Note how the axis_name
argument matches the axis_name
argument that the BatchNorm
layers were initialised with. This tells BatchNorm
which vmap'd axis it should compute statistics over. (This is a detail specific to BatchNorm
, and is unrelated to stateful operations in general.)
def compute_loss(model, state, xs, ys):
batch_model = jax.vmap(
model, axis_name="batch", in_axes=(0, None), out_axes=(0, None)
)
pred_ys, state = batch_model(xs, state)
loss = jnp.mean((pred_ys - ys) ** 2)
return loss, state
@eqx.filter_jit
def make_step(model, state, opt_state, xs, ys):
grads, state = eqx.filter_grad(compute_loss, has_aux=True)(model, state, xs, ys)
updates, opt_state = optim.update(grads, opt_state)
model = eqx.apply_updates(model, updates)
return model, state, opt_state
And now, let's see how we initialise this model, and initialise its state.
dataset_size = 10
learning_rate = 3e-4
steps = 5
seed = 5678
key = jr.PRNGKey(seed)
mkey, xkey, xkey2 = jr.split(key, 3)
model, state = eqx.nn.make_with_state(Model)(mkey)
xs = jr.normal(xkey, (dataset_size, 3))
ys = jnp.sin(xs) + 1
optim = optax.adam(learning_rate)
opt_state = optim.init(eqx.filter(model, eqx.is_inexact_array))
for _ in range(steps):
# Full-batch gradient descent in this simple example.
model, state, opt_state = make_step(model, state, opt_state, xs, ys)
What is eqx.nn.make_with_state
doing?
Here we come to the only interesting bit about using stateful layers!
When we initialise the model -- e.g. if we were to call Model(mkey)
directly -- then the model PyTree would be initialised containing both (a) the initial parameters, and (b) the initial state. So make_with_state
simply calls this, and then separates these two things. The returned model
is a PyTree holding all the initial parameters (just like any other model), and state
is a PyTree holding the initial state.
Finally, let's use our trained model to perform inference.
Remember to set the inference flag! Some layers have different behaviour between training and inference, and BatchNorm
is one of these. (This is a detail specific to layers like BatchNorm
and equinox.nn.Dropout
, and is unrelated to stateful operations in general.)

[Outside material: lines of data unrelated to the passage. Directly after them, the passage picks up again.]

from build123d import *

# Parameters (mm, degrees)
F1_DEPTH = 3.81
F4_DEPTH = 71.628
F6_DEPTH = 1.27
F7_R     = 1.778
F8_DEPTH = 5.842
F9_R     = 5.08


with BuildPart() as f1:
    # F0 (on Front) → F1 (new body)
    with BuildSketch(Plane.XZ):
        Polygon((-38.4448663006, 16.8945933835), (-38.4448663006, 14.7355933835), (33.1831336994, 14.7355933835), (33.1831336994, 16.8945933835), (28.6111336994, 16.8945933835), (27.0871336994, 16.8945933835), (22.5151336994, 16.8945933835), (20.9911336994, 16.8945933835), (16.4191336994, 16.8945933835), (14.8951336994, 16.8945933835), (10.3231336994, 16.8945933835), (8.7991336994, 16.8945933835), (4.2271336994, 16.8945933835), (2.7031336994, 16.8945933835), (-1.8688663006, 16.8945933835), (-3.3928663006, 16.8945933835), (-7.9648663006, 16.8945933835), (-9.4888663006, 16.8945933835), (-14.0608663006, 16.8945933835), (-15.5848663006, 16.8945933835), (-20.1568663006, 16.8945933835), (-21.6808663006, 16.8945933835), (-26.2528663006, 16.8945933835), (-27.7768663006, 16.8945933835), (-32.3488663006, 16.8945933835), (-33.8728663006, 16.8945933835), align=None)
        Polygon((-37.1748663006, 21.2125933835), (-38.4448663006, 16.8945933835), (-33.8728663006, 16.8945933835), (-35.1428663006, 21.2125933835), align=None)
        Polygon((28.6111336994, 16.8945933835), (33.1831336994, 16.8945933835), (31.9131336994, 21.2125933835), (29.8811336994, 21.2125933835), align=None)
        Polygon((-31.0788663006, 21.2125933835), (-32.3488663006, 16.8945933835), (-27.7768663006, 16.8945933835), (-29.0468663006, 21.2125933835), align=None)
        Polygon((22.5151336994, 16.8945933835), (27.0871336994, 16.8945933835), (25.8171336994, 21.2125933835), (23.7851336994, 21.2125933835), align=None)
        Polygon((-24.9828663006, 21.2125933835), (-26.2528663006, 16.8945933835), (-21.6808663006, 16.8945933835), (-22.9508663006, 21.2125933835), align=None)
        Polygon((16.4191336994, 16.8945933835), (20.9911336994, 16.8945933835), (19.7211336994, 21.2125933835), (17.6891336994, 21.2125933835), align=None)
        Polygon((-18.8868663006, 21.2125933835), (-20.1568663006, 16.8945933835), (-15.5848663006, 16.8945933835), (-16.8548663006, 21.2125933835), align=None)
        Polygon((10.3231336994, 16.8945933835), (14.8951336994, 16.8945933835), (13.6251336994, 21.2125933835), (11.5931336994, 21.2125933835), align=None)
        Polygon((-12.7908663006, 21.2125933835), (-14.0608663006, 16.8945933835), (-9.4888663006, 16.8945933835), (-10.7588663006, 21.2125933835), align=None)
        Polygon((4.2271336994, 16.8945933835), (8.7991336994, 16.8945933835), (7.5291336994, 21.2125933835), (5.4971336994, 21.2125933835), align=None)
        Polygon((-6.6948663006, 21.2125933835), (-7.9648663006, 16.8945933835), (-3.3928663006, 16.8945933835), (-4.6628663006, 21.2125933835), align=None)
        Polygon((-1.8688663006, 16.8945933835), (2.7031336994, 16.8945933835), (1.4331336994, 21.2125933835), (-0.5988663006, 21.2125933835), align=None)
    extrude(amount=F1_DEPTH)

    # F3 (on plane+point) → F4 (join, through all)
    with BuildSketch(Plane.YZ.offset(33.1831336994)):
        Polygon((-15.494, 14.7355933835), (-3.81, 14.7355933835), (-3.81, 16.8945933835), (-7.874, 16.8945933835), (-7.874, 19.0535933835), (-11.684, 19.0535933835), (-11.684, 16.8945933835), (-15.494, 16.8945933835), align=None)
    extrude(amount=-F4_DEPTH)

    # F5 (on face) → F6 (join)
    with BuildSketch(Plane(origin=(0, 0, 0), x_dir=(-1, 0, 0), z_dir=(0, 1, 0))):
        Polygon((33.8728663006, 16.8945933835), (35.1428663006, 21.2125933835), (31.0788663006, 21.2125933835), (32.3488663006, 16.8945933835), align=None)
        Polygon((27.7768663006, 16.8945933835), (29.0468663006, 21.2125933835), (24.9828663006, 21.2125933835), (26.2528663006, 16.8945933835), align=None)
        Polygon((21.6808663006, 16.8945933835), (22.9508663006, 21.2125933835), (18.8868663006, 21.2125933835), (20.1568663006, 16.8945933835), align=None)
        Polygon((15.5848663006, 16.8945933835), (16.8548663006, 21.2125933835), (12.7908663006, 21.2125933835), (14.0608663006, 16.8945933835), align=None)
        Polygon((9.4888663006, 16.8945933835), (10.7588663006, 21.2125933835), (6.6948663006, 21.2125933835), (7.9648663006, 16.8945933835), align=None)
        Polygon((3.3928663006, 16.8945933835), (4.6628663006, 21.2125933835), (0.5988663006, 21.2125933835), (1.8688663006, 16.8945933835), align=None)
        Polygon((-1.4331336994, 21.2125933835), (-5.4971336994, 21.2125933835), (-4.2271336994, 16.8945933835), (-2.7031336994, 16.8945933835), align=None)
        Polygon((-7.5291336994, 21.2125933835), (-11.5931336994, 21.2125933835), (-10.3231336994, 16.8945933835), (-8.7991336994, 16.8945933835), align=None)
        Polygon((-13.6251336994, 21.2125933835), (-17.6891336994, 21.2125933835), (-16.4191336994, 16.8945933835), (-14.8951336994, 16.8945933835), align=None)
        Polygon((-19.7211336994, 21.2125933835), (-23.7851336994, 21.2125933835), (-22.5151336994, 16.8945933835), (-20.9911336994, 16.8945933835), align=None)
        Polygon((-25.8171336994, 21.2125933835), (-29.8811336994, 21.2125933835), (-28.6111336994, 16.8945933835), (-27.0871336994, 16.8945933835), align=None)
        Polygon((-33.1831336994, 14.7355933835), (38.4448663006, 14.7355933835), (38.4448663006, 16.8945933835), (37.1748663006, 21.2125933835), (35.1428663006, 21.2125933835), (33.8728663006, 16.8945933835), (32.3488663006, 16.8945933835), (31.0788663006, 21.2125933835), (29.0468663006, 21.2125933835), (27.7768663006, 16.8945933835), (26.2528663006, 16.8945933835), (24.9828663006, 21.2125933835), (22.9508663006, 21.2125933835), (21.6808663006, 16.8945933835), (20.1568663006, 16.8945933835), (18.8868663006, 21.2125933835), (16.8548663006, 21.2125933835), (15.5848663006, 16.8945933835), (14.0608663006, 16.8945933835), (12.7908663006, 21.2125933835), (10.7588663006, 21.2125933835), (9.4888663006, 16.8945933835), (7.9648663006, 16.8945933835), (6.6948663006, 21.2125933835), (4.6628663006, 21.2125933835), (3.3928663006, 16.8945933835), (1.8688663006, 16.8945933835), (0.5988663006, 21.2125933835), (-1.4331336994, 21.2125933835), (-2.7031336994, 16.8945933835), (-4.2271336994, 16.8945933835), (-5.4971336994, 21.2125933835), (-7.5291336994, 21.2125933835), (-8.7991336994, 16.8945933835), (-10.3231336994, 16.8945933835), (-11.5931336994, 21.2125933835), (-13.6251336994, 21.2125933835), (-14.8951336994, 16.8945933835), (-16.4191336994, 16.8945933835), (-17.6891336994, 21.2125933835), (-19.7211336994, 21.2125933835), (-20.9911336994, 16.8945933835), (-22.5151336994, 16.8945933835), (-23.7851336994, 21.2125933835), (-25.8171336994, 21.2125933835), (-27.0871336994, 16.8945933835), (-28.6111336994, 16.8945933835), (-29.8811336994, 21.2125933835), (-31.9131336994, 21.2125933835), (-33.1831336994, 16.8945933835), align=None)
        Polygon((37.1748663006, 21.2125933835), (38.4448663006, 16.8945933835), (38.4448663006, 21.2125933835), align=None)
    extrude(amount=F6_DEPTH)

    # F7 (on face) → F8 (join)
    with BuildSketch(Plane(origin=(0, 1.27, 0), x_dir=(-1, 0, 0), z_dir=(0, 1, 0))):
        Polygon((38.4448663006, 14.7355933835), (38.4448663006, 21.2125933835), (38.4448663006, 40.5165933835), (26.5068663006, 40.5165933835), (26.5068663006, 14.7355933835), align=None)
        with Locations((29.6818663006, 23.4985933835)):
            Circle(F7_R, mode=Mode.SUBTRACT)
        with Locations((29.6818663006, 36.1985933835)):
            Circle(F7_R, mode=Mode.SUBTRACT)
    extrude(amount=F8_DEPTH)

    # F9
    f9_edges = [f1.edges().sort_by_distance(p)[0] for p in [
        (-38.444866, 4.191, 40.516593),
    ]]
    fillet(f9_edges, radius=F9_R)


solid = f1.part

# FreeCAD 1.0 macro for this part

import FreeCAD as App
import Part
import Sketcher
from FreeCAD import Vector
Q = App.Units.Quantity


def edges_at(feature, points):
    """Names of the edges that pass closest to the given points."""
    edges = feature.Shape.Edges
    near = lambda p: min(range(len(edges)), key=lambda i: edges[i].distToShape(Part.Vertex(*p))[0])
    return sorted({f"Edge{near(p) + 1}" for p in points})


def add_polygon(sketch, points):
    """Adds a closed chain of lines whose ends are joined by coincident constraints."""
    first, n = sketch.GeometryCount, len(points)
    for a, b in zip(points, points[1:] + points[:1]):
        sketch.addGeometry(Part.LineSegment(App.Vector(*a, 0), App.Vector(*b, 0)), False)
    for i in range(n):
        sketch.addConstraint(Sketcher.Constraint("Coincident", first + i, 2, first + (i + 1) % n, 1))

doc = App.newDocument("Part")
body = doc.addObject("PartDesign::Body", "Body")

# Sketch on XZ plane
sketch1 = body.newObject("Sketcher::SketchObject", "Sketch")
sketch1.AttachmentSupport = (doc.getObject("XZ_Plane"), [""])
sketch1.MapMode = "FlatFace"
add_polygon(sketch1, [(-38.444866, 16.894593), (-38.444866, 14.735593), (33.183134, 14.735593), (33.183134, 16.894593), (31.913134, 21.212593), (29.881134, 21.212593), (28.611134, 16.894593), (27.087134, 16.894593), (25.817134, 21.212593), (23.785134, 21.212593), (22.515134, 16.894593), (20.991134, 16.894593), (19.721134, 21.212593), (17.689134, 21.212593), (16.419134, 16.894593), (14.895134, 16.894593), (13.625134, 21.212593), (11.593134, 21.212593), (10.323134, 16.894593), (8.799134, 16.894593), (7.529134, 21.212593), (5.497134, 21.212593), (4.227134, 16.894593), (2.703134, 16.894593), (1.433134, 21.212593), (-0.598866, 21.212593), (-1.868866, 16.894593), (-3.392866, 16.894593), (-4.662866, 21.212593), (-6.694866, 21.212593), (-7.964866, 16.894593), (-9.488866, 16.894593), (-10.758866, 21.212593), (-12.790866, 21.212593), (-14.060866, 16.894593), (-15.584866, 16.894593), (-16.854866, 21.212593), (-18.886866, 21.212593), (-20.156866, 16.894593), (-21.680866, 16.894593), (-22.950866, 21.212593), (-24.982866, 21.212593), (-26.252866, 16.894593), (-27.776866, 16.894593), (-29.046866, 21.212593), (-31.078866, 21.212593), (-32.348866, 16.894593), (-33.872866, 16.894593), (-35.142866, 21.212593), (-37.174866, 21.212593)])  # lines 0-49
sketch1.addConstraint(Sketcher.Constraint("Vertical", 0))
sketch1.addConstraint(Sketcher.Constraint("Horizontal", 1))
sketch1.addConstraint(Sketcher.Constraint("Vertical", 2))
sketch1.addConstraint(Sketcher.Constraint("Horizontal", 4))
sketch1.addConstraint(Sketcher.Constraint("Horizontal", 6))
sketch1.addConstraint(Sketcher.Constraint("Horizontal", 8))
sketch1.addConstraint(Sketcher.Constraint("Horizontal", 10))
sketch1.addConstraint(Sketcher.Constraint("Horizontal", 12))
sketch1.addConstraint(Sketcher.Constraint("Horizontal", 14))
sketch1.addConstraint(Sketcher.Constraint("Horizontal", 16))
sketch1.addConstraint(Sketcher.Constraint("Horizontal", 18))
sketch1.addConstraint(Sketcher.Constraint("Horizontal", 20))
sketch1.addConstraint(Sketcher.Constraint("Horizontal", 22))
sketch1.addConstraint(Sketcher.Constraint("Horizontal", 24))
sketch1.addConstraint(Sketcher.Constraint("Horizontal", 26))
sketch1.addConstraint(Sketcher.Constraint("Horizontal", 28))
sketch1.addConstraint(Sketcher.Constraint("Horizontal", 30))
sketch1.addConstraint(Sketcher.Constraint("Horizontal", 32))
sketch1.addConstraint(Sketcher.Constraint("Horizontal", 34))
sketch1.addConstraint(Sketcher.Constraint("Horizontal", 36))
sketch1.addConstraint(Sketcher.Constraint("Horizontal", 38))
sketch1.addConstraint(Sketcher.Constraint("Horizontal", 40))
sketch1.addConstraint(Sketcher.Constraint("Horizontal", 42))
sketch1.addConstraint(Sketcher.Constraint("Horizontal", 44))
sketch1.addConstraint(Sketcher.Constraint("Horizontal", 46))
sketch1.addConstraint(Sketcher.Constraint("Horizontal", 48))
sketch1.addConstraint(Sketcher.Constraint("Parallel", 3, 7))
sketch1.addConstraint(Sketcher.Constraint("Parallel", 5, 9))
sketch1.addConstraint(Sketcher.Constraint("Parallel", 7, 11))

We also fix the final state in the model, using equinox.Partial
. The resulting inference_model
is a PyTree (specifically, an equinox.Partial
) containing both model
and state
.
inference_model = eqx.nn.inference_mode(model)
inference_model = eqx.Partial(inference_model, state=state)
@eqx.filter_jit
def evaluate(model, xs):
# discard state
out, _ = jax.vmap(model)(xs)
return out
test_dataset_size = 5
test_xs = jr.normal(xkey2, (test_dataset_size, 3))
pred_test_ys = evaluate(inference_model, test_xs)
Here, we don't need the updated state object that is produced, so we just discard it.